Of all the entries below, only the lines from the one with "#7=PRODUCT_DEFINITION_SHAPE('','',#6);" up to and including the one with "#39=EDGE_LOOP('',(#38));" are to be duplicated exactly.

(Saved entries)
********************

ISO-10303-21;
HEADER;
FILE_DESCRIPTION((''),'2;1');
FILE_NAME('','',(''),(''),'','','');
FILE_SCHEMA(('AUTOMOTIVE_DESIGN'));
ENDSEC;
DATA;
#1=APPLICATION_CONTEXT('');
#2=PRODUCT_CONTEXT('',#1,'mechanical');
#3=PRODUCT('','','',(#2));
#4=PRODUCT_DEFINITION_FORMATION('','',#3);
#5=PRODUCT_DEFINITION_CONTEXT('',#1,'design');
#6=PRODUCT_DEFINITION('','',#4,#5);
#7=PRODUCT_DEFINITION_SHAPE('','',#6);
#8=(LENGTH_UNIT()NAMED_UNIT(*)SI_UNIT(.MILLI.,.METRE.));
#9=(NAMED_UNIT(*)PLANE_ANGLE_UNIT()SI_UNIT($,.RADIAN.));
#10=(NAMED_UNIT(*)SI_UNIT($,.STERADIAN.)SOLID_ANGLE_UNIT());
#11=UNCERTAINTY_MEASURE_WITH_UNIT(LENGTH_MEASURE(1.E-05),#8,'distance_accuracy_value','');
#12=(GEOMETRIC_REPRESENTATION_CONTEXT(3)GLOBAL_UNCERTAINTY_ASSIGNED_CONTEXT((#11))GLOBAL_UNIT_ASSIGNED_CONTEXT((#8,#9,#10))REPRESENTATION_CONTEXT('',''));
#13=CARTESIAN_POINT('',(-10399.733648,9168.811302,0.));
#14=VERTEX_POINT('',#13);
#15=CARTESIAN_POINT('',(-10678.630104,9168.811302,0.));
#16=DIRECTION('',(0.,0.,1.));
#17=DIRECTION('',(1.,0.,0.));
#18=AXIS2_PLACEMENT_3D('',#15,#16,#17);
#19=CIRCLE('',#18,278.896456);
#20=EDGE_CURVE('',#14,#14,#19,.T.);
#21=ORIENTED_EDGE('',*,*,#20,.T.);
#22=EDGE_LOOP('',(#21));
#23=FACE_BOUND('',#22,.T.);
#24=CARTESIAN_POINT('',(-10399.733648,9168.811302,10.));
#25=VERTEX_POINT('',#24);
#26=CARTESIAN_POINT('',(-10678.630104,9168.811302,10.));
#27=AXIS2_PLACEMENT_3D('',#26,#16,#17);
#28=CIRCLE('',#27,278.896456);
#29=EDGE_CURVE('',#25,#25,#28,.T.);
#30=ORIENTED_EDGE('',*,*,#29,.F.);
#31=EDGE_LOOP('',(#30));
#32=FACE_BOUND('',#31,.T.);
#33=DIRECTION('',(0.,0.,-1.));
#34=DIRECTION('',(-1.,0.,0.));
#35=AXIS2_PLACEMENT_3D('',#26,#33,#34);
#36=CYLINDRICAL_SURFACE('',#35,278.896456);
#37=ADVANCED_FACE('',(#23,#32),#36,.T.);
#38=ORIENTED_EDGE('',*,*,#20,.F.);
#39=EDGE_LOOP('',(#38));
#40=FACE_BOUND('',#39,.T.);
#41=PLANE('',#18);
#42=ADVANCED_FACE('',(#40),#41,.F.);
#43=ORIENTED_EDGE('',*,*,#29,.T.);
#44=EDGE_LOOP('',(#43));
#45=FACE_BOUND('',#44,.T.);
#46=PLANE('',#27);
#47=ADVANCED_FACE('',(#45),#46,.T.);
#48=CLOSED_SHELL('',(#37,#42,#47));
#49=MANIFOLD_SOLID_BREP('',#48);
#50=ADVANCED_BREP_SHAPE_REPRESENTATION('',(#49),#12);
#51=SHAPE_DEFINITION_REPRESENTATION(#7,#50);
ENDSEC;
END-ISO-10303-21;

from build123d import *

# Parameters (mm, degrees)
SKETCH1_R           = 278.896456497
BOSS_EXTRUDE1_DEPTH = 10


with BuildPart() as part:
    # Sketch1 → Boss-Extrude1 (new body)
    with BuildSketch(Plane.XY):
        with Locations((-10678.630104293, 9168.811301952)):
            Circle(SKETCH1_R)
    extrude(amount=BOSS_EXTRUDE1_DEPTH)


solid = part.part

********************

SOLUTION FOR THIS EXERCISE -
#7=PRODUCT_DEFINITION_SHAPE('','',#6);
#8=(LENGTH_UNIT()NAMED_UNIT(*)SI_UNIT(.MILLI.,.METRE.));
#9=(NAMED_UNIT(*)PLANE_ANGLE_UNIT()SI_UNIT($,.RADIAN.));
#10=(NAMED_UNIT(*)SI_UNIT($,.STERADIAN.)SOLID_ANGLE_UNIT());
#11=UNCERTAINTY_MEASURE_WITH_UNIT(LENGTH_MEASURE(1.E-05),#8,'distance_accuracy_value','');
#12=(GEOMETRIC_REPRESENTATION_CONTEXT(3)GLOBAL_UNCERTAINTY_ASSIGNED_CONTEXT((#11))GLOBAL_UNIT_ASSIGNED_CONTEXT((#8,#9,#10))REPRESENTATION_CONTEXT('',''));
#13=CARTESIAN_POINT('',(-10399.733648,9168.811302,0.));
#14=VERTEX_POINT('',#13);
#15=CARTESIAN_POINT('',(-10678.630104,9168.811302,0.));
#16=DIRECTION('',(0.,0.,1.));
#17=DIRECTION('',(1.,0.,0.));
#18=AXIS2_PLACEMENT_3D('',#15,#16,#17);
#19=CIRCLE('',#18,278.896456);
#20=EDGE_CURVE('',#14,#14,#19,.T.);
#21=ORIENTED_EDGE('',*,*,#20,.T.);
#22=EDGE_LOOP('',(#21));
#23=FACE_BOUND('',#22,.T.);
#24=CARTESIAN_POINT('',(-10399.733648,9168.811302,10.));
#25=VERTEX_POINT('',#24);
#26=CARTESIAN_POINT('',(-10678.630104,9168.811302,10.));
#27=AXIS2_PLACEMENT_3D('',#26,#16,#17);
#28=CIRCLE('',#27,278.896456);
#29=EDGE_CURVE('',#25,#25,#28,.T.);
#30=ORIENTED_EDGE('',*,*,#29,.F.);
#31=EDGE_LOOP('',(#30));
#32=FACE_BOUND('',#31,.T.);
#33=DIRECTION('',(0.,0.,-1.));
#34=DIRECTION('',(-1.,0.,0.));
#35=AXIS2_PLACEMENT_3D('',#26,#33,#34);
#36=CYLINDRICAL_SURFACE('',#35,278.896456);
#37=ADVANCED_FACE('',(#23,#32),#36,.T.);
#38=ORIENTED_EDGE('',*,*,#20,.F.);
#39=EDGE_LOOP('',(#38));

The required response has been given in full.